Python 3.1.2 (r312:79149, Mar 21 2010, 00:41:52) [MSC v.1500 32 bit (Intel)] on win32
Type "help", "copyright", "credits" or "license" for more information.
>>> import os
>>> for x in os.walk('.'):
...     print(x)
...
Traceback (most recent call last):
  File "<stdin>", line 2, in <module>
  File "C:\dev\Python31\lib\encodings\cp850.py", line 19, in encode
    return codecs.charmap_encode(input,self.errors,encoding_map)[0]
UnicodeEncodeError: 'charmap' codec can't encode characters in position 17-21: character maps to <undefined>

Clearly the encoding I'm using isn't able to deal with Japanese characters. Fine. But Python 3.1 is meant to be unicode all the way down, as I understand it, so I'm at a loss as to what I'm meant to do with this. Anyone have any ideas?

Community
  • 1
  • 1
Tom Whittock
  • 4,081
  • 19
  • 24
  • 1
    See http://stackoverflow.com/questions/5419/python-unicode-and-the-windows-console - and ultimately, see: http://wiki.python.org/moin/PrintFails - I think that's what you're looking for. – Thanatos Sep 24 '10 at 18:44
  • Thanatos is correct - it's the print that's failing. I'm sad. I thought Python was easy to use :( – Tom Whittock Sep 24 '10 at 19:01
  • It turns out that the problem is that it's nothing to do with files - unicode support in Python 3 on Windows is a bit patchy - print doesn't work in the Console, and files are opened in non-utf mode (this was the other method I tried before posting here) so I was seemingly without options to dump out what I was walking over. In addition to the accepted answer, I could also have jumped through the codecs.open hoop to create a file which represents the default text type in Python and looked at that. How unpythonic. – Tom Whittock Sep 24 '10 at 22:30

2 Answers2

7

It seems like all answers so far are from Unix people who assume the Windows console is like a Unix terminal, which it is not.

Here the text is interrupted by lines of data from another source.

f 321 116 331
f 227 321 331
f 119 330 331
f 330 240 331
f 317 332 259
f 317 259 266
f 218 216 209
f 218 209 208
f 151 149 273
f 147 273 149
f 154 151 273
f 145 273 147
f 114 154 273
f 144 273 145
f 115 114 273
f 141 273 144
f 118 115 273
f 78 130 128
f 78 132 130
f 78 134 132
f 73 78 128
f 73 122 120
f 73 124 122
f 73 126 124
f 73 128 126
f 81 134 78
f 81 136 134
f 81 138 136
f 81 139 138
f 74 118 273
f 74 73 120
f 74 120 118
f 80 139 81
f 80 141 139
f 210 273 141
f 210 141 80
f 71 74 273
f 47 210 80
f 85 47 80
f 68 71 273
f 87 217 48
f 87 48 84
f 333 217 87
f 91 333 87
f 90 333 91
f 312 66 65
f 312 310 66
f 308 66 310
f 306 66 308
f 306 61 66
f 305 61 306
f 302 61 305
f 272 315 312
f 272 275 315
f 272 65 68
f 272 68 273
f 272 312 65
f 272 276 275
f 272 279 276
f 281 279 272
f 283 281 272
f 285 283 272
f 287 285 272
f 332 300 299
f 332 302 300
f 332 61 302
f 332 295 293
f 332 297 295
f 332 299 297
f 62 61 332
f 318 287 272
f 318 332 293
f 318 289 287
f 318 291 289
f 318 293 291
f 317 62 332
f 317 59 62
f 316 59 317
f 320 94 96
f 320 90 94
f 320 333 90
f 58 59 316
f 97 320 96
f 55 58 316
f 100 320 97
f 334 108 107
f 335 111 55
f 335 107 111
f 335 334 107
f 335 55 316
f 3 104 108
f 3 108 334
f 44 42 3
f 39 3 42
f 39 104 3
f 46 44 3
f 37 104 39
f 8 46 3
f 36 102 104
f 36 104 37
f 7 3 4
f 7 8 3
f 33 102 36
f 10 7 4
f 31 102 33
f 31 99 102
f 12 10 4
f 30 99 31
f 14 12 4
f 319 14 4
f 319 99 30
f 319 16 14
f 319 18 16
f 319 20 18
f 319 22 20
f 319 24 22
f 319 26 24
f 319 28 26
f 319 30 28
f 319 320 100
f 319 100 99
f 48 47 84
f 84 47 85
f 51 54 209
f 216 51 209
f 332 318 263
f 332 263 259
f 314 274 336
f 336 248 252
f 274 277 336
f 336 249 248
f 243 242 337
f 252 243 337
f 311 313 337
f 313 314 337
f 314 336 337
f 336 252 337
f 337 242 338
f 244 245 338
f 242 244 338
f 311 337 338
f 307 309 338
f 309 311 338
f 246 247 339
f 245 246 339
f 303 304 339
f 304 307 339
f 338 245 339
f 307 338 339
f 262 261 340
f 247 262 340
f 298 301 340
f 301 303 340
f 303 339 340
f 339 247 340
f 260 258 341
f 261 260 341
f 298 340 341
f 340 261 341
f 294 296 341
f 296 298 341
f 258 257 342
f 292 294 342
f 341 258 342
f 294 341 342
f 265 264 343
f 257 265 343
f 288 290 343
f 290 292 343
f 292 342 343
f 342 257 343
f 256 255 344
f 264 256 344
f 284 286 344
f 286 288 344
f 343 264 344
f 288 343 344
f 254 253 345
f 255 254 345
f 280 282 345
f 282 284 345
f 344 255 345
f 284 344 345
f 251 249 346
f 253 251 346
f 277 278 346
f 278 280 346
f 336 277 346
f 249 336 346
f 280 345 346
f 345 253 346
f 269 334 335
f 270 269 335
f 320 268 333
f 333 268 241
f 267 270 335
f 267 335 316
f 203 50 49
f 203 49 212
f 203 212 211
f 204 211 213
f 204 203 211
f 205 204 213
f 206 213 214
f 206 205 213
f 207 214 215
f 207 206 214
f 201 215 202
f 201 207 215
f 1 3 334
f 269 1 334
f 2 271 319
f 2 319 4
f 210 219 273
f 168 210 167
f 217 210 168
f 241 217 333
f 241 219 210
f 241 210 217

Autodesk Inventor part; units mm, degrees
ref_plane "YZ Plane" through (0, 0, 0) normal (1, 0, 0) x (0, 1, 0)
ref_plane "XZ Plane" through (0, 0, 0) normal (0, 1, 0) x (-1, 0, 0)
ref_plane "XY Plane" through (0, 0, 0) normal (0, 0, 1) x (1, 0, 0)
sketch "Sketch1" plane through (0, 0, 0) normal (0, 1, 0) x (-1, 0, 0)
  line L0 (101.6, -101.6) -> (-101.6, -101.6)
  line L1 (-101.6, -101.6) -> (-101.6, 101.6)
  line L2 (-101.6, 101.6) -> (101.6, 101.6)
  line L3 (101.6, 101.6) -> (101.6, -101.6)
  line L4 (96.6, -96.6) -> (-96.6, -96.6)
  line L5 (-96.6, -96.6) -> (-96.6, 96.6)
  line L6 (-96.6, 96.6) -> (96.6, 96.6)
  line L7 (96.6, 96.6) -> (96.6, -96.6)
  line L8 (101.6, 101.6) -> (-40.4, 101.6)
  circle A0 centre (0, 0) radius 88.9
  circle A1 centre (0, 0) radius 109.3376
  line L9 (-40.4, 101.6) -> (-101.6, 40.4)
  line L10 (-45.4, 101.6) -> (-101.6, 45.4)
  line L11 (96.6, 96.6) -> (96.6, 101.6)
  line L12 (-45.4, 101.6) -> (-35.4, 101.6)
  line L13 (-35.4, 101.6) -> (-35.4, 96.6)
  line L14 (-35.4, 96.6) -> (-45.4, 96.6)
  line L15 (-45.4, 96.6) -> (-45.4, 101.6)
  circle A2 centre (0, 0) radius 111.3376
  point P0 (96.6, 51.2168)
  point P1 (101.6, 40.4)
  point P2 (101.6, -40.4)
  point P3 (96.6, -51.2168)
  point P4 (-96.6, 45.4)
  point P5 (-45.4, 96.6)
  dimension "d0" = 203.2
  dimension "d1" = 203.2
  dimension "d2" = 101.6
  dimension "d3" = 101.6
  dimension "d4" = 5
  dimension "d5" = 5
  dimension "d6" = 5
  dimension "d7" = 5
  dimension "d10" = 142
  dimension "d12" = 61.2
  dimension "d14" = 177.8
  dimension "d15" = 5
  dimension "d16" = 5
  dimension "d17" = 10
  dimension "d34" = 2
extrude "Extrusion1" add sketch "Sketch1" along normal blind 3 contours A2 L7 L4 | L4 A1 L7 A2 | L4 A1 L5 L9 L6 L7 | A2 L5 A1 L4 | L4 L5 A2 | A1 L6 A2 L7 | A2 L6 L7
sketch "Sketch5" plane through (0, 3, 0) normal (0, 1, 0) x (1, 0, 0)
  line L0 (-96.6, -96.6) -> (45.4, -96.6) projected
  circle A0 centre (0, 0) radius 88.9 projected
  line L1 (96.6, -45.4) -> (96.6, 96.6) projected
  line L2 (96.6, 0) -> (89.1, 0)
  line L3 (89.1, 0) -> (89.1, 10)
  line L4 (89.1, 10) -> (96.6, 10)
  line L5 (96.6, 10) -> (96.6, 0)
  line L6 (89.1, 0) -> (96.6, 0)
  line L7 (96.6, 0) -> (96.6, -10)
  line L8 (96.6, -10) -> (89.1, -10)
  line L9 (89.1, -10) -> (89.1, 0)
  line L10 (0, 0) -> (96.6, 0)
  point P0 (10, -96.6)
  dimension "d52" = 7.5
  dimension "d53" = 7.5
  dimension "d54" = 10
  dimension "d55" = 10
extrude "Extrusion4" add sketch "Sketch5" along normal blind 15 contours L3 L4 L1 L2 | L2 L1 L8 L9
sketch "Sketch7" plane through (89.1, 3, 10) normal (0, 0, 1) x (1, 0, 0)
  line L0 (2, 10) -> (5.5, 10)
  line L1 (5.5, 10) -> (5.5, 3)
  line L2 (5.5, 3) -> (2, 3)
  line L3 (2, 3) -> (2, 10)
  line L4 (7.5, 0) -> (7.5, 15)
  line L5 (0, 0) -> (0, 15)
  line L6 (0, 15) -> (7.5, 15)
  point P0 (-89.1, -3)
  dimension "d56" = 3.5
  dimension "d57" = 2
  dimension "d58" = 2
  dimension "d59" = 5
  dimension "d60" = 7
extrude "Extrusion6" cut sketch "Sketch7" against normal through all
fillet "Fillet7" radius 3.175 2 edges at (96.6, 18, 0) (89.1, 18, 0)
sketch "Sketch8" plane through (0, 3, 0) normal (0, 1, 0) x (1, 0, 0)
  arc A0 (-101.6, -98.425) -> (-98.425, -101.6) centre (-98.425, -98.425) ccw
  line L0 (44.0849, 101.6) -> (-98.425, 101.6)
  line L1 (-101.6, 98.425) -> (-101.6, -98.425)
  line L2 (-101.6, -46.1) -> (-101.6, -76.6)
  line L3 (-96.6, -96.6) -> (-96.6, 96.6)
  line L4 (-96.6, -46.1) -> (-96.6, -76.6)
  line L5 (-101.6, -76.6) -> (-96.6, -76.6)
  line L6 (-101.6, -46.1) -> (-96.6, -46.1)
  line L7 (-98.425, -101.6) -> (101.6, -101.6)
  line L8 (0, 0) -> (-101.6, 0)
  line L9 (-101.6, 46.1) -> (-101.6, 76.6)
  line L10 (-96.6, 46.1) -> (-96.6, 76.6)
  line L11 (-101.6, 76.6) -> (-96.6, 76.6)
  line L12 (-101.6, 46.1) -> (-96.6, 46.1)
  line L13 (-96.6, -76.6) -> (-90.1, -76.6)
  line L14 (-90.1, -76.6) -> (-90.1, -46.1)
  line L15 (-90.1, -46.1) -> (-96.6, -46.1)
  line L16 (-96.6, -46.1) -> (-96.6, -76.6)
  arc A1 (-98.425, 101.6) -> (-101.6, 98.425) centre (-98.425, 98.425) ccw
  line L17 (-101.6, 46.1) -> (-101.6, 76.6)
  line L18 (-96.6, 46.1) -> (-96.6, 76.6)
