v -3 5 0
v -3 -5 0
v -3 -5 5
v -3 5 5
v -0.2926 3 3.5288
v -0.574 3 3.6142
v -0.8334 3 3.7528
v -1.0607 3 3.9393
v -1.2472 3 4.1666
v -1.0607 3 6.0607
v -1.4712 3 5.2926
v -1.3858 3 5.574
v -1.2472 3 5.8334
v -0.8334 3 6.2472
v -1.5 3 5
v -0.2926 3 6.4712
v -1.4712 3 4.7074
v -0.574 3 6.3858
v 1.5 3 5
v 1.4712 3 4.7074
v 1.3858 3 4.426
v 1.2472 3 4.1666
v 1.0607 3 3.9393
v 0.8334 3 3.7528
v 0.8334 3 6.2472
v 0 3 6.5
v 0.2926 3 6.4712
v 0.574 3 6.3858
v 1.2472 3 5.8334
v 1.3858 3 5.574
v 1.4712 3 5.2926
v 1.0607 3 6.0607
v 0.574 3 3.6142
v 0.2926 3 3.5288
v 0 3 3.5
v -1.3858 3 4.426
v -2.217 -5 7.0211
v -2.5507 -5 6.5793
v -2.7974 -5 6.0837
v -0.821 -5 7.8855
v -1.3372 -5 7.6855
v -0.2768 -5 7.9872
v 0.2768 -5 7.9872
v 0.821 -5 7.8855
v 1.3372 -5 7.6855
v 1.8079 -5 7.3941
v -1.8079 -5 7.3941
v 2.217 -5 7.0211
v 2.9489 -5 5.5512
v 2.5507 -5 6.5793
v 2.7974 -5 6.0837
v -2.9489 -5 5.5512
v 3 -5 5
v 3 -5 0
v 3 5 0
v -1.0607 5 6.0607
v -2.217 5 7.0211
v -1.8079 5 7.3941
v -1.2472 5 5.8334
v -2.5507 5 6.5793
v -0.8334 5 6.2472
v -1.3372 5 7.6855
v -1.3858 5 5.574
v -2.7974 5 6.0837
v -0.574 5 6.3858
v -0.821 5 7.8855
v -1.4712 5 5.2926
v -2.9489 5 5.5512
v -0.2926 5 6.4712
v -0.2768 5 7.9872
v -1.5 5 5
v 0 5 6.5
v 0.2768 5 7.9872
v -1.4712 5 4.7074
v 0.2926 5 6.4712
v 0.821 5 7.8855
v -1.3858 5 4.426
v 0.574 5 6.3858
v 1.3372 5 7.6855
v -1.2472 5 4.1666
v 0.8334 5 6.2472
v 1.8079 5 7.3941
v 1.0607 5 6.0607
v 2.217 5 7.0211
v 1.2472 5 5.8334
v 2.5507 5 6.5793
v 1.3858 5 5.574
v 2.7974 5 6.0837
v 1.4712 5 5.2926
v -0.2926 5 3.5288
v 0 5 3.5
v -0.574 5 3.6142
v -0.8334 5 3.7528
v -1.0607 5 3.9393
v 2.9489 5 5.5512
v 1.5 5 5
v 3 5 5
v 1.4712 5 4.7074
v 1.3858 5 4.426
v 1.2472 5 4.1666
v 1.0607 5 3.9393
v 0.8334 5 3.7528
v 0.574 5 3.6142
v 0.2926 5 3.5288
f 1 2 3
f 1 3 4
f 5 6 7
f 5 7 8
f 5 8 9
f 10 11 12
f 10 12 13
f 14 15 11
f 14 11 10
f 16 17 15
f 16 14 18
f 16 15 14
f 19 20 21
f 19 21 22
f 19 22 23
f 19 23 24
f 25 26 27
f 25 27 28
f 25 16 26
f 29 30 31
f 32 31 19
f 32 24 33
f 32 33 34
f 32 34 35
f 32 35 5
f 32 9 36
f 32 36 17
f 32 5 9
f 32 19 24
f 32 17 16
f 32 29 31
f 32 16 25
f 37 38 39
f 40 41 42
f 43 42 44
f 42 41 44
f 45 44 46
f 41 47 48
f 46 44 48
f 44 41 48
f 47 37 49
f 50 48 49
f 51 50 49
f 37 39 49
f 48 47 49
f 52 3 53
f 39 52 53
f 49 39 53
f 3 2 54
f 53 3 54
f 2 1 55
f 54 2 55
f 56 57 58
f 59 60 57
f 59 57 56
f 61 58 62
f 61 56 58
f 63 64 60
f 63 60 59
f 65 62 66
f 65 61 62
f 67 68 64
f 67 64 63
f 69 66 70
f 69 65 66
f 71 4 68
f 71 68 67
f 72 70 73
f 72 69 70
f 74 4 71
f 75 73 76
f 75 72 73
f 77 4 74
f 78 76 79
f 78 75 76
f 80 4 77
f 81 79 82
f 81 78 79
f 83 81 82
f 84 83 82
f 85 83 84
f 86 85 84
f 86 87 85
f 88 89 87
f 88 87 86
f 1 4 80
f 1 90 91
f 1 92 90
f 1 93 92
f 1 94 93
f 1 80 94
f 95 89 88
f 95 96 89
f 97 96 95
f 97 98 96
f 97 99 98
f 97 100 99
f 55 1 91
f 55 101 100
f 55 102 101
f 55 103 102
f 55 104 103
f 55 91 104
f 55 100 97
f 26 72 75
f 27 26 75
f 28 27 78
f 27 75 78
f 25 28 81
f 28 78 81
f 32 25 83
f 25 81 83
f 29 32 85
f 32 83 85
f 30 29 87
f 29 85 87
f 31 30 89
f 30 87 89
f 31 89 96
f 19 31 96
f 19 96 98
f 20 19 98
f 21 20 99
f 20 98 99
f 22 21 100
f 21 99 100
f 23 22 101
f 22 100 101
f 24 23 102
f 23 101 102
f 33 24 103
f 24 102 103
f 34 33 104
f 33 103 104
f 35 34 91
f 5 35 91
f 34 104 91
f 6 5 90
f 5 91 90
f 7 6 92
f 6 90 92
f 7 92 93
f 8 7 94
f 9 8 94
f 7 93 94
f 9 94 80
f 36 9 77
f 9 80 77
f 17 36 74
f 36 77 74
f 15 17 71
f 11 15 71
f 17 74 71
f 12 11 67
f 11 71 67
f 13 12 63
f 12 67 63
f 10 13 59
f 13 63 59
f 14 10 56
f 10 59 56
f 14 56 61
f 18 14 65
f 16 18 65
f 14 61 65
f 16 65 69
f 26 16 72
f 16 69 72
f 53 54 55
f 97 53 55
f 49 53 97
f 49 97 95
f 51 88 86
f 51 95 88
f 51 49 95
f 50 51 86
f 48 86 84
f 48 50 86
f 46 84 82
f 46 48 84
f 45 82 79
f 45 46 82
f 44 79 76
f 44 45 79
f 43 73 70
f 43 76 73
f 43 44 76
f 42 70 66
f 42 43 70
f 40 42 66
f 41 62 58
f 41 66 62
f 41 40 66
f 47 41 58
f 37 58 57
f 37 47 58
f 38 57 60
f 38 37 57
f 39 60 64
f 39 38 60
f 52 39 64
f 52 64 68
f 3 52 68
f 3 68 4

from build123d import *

# Parameters (mm, degrees)
SKETCH1_W           = 6
SKETCH1_H           = 10
BOSS_EXTRUDE1_DEPTH = 8
FILLET2_RADIUS      = 3
FILLET2_LENGTH      = 10
SKETCH2_R           = 1.5
CUT_EXTRUDE1_DEPTH  = 2


with BuildPart() as part:
    # Sketch1 → Boss-Extrude1 (new body)
    with BuildSketch(Plane.XY):
        Rectangle(SKETCH1_W, SKETCH1_H)
    extrude(amount=BOSS_EXTRUDE1_DEPTH)

    # Fillet2: full round fillet: the end face becomes a half cylinder, R = half its width
    fillet2_face = Plane((0, 0, 8), x_dir=(0, -1, 0), z_dir=(0, 0, 1))  # on the end face: x along it, z out of the body
    fillet2_slab = fillet2_face.offset(-FILLET2_RADIUS / 2) * Box(FILLET2_LENGTH, 2 * FILLET2_RADIUS, FILLET2_RADIUS, mode=Mode.PRIVATE)  # the body's end, R deep
    fillet2_round = Plane((0, 0, 5), x_dir=(0, 0, 1), z_dir=(0, -1, 0)) * Cylinder(FILLET2_RADIUS, FILLET2_LENGTH, mode=Mode.PRIVATE)  # its axis R under the face
    add(fillet2_slab - fillet2_round, mode=Mode.SUBTRACT)

    # Sketch2 → Cut-Extrude1 (cut)
    with BuildSketch(Plane(origin=(0, 5, 0), x_dir=(1, 0, 0), z_dir=(0, 1, 0))):
        with Locations(Location((0, -5, 0), (0, 0, 270))):
            Circle(SKETCH2_R)
    extrude(amount=-CUT_EXTRUDE1_DEPTH, mode=Mode.SUBTRACT)


solid = part.part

The problem is that you can't write Unicode output to the Windows console using the normal underlying file I/O functions. The Windows API WriteConsole needs to be used. Python should probably be doing this transparently, but it isn't.

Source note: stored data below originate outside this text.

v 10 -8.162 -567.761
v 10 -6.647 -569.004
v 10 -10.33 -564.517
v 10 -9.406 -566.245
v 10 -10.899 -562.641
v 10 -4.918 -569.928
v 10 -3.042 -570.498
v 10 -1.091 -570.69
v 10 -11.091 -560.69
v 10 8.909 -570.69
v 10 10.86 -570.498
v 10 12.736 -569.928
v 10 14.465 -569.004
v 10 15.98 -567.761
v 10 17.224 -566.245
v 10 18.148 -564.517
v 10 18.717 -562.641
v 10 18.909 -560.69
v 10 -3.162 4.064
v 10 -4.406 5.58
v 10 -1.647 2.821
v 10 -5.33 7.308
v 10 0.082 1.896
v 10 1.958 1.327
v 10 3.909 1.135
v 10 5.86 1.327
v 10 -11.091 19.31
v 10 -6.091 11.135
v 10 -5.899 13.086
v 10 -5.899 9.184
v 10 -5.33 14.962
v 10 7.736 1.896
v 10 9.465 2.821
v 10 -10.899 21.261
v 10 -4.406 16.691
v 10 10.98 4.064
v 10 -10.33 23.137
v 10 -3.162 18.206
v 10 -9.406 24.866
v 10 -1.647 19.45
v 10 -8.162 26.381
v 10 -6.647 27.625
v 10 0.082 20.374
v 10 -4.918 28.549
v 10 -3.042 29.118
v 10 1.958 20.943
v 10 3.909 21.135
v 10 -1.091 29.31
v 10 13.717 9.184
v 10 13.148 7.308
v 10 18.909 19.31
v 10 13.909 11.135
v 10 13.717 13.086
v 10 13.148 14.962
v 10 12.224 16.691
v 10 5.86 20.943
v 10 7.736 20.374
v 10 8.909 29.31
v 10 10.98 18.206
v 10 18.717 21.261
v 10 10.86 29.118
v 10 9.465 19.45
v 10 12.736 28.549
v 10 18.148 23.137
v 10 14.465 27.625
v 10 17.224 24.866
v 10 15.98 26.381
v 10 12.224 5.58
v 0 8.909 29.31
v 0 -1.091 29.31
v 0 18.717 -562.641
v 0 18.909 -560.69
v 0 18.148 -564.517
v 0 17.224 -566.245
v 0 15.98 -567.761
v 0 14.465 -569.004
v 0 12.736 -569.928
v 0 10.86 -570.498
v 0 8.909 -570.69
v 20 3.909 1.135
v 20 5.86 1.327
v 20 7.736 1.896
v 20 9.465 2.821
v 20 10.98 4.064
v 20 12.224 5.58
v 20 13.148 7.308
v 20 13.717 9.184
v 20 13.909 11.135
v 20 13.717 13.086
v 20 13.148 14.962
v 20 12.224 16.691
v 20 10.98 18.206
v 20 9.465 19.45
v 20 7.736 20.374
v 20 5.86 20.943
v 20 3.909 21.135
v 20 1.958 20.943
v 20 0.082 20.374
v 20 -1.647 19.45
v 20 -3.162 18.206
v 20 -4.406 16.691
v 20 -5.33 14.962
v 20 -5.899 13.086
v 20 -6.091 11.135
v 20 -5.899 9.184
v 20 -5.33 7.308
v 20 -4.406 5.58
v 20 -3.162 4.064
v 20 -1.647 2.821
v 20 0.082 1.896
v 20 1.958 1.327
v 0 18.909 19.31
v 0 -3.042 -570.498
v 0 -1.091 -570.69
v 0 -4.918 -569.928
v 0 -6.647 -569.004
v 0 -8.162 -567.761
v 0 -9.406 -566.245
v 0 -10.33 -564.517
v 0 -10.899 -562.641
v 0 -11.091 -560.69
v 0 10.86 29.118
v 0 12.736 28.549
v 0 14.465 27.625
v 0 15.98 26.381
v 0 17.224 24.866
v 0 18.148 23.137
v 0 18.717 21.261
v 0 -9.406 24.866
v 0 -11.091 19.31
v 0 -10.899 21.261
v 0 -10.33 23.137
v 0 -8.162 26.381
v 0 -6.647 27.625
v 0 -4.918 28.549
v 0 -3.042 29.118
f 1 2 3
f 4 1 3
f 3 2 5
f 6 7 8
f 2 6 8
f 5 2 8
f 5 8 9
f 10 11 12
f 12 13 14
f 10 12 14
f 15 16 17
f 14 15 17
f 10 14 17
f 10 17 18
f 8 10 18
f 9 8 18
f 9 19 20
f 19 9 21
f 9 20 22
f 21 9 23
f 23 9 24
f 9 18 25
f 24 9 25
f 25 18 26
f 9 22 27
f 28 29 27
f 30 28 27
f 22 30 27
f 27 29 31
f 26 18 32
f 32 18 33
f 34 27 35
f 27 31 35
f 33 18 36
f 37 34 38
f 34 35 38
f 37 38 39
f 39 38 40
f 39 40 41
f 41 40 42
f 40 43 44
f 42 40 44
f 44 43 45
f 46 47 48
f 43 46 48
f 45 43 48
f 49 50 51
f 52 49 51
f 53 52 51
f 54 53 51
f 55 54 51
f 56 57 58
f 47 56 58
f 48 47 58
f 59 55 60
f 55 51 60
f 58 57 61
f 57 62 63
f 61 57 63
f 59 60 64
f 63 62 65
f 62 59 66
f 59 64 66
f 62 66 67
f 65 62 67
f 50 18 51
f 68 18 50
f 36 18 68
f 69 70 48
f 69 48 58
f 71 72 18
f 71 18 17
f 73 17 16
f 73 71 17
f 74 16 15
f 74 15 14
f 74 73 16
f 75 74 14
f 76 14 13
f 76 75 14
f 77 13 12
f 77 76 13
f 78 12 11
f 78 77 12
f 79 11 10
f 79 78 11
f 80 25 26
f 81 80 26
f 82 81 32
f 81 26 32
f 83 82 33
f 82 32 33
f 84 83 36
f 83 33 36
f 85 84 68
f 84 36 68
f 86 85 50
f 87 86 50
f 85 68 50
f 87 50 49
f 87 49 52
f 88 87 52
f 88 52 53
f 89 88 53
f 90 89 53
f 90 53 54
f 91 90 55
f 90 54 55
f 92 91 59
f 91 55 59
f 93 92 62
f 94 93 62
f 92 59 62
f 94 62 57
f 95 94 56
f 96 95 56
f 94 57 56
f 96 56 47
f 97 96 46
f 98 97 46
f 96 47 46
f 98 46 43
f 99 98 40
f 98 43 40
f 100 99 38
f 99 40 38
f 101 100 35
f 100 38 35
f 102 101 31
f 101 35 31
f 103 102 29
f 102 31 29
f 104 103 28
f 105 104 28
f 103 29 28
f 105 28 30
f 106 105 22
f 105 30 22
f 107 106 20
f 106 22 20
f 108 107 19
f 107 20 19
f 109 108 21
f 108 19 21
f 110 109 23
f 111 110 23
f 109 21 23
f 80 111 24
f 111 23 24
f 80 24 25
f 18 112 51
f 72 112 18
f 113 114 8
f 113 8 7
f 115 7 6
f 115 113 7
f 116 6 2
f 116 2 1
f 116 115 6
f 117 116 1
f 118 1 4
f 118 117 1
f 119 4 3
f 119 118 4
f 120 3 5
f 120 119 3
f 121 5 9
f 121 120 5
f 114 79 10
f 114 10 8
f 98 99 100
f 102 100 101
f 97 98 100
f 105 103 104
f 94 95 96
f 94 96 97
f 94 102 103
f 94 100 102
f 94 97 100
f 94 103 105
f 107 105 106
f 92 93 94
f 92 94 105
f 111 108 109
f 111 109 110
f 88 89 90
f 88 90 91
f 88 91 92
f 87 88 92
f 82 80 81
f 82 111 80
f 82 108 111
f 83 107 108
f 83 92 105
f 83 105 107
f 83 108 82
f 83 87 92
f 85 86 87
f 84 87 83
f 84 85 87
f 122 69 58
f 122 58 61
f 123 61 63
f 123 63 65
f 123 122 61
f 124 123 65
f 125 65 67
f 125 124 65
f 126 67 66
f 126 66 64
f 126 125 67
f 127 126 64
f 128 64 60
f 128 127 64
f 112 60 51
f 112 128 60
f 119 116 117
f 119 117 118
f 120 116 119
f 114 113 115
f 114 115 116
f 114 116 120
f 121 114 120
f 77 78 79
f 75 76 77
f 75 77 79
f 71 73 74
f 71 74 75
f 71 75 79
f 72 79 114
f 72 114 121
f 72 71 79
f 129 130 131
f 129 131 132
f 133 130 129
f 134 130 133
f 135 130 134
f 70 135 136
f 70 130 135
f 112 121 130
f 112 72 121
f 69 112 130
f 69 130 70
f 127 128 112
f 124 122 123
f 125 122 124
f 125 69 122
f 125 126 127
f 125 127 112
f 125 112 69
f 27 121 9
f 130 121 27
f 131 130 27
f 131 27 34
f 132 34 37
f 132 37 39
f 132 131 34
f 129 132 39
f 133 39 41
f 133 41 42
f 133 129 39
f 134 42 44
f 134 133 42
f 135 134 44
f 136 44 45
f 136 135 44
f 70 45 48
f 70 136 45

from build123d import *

# Parameters (mm, degrees)
BOSS_EXTRUDE1_DEPTH = 10
SKETCH2_R           = 10
BOSS_EXTRUDE2_DEPTH = 10


with BuildPart() as part:
    # Sketch1 → Boss-Extrude1 (new body)
    with BuildSketch(Plane(origin=(0, 0, 0), x_dir=(0, 0, -1), z_dir=(1, 0, 0))):
        with BuildLine():
            Line((-19.310323675, 18.90886515), (560.689676325, 18.90886515))
            ThreePointArc((560.689676325, 18.90886515), (567.760744137, 15.979932962), (570.689676325, 8.90886515))
            Line((570.689676325, 8.90886515), (570.689676325, -1.09113485))
            ThreePointArc((570.689676325, -1.09113485), (567.760744137, -8.162202662), (560.689676325, -11.09113485))
            Line((560.689676325, -11.09113485), (-19.310323675, -11.09113485))
            ThreePointArc((-19.310323675, -11.09113485), (-26.381391487, -8.162202662), (-29.310323675, -1.09113485))
            Line((-29.310323675, -1.09113485), (-29.310323675, 8.90886515))
            ThreePointArc((-29.310323675, 8.90886515), (-26.381391487, 15.979932962), (-19.310323675, 18.90886515))
        make_face()
    extrude(amount=BOSS_EXTRUDE1_DEPTH)

    # Sketch2 → Boss-Extrude2 (add)
    with BuildSketch(Plane(origin=(10, 0, 0), x_dir=(0, 0, -1), z_dir=(1, 0, 0))):
        with Locations((-11.135288293, 3.90886515)):
            Circle(SKETCH2_R)
    extrude(amount=BOSS_EXTRUDE2_DEPTH)


solid = part.part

There's a different problem if you redirect the output to a file: Windows text files are historically in the ANSI codepage, not Unicode. You can fairly safely write UTF-8 to text files in Windows these days, but Python doesn't do that by default.

I think it should do these things, but here's some code to make it happen. You don't have to worry about the details if you don't want to; just call ConsoleFile.wrap_standard_handles(). You do need PyWin installed to get access to the necessary APIs.

import os, sys, io, win32api, win32console, pywintypes

def change_file_encoding(f, encoding):
    """
    TextIOWrapper is missing a way to change the file encoding, so we have to
    do it by creating a new one.
    """

    errors = f.errors
    line_buffering = f.line_buffering
    # f.newlines is not the same as the newline parameter to TextIOWrapper.
    # newlines = f.newlines

    buf = f.detach()

    # TextIOWrapper defaults newline to \r\n on Windows, even though the underlying
    # file object is already doing that for us.  We need to explicitly say "\n" to
    # make sure we don't output \r\r\n; this is the same as the internal function
    # create_stdio.
    return io.TextIOWrapper(buf, encoding, errors, "\n", line_buffering)


class ConsoleFile:
    class FileNotConsole(Exception): pass

    def __init__(self, handle):
        handle = win32api.GetStdHandle(handle)
        self.screen = win32console.PyConsoleScreenBufferType(handle)
        try:
            self.screen.GetConsoleMode()
        except pywintypes.error as e:
            raise ConsoleFile.FileNotConsole

    def write(self, s):
        self.screen.WriteConsole(s)

    def close(self): pass
    def flush(self): pass
    def isatty(self): return True

    @staticmethod
    def wrap_standard_handles():
        sys.stdout.flush()
        try:
            # There seems to be no binding for _get_osfhandle.
            sys.stdout = ConsoleFile(win32api.STD_OUTPUT_HANDLE)
        except ConsoleFile.FileNotConsole:
            sys.stdout = change_file_encoding(sys.stdout, "utf-8")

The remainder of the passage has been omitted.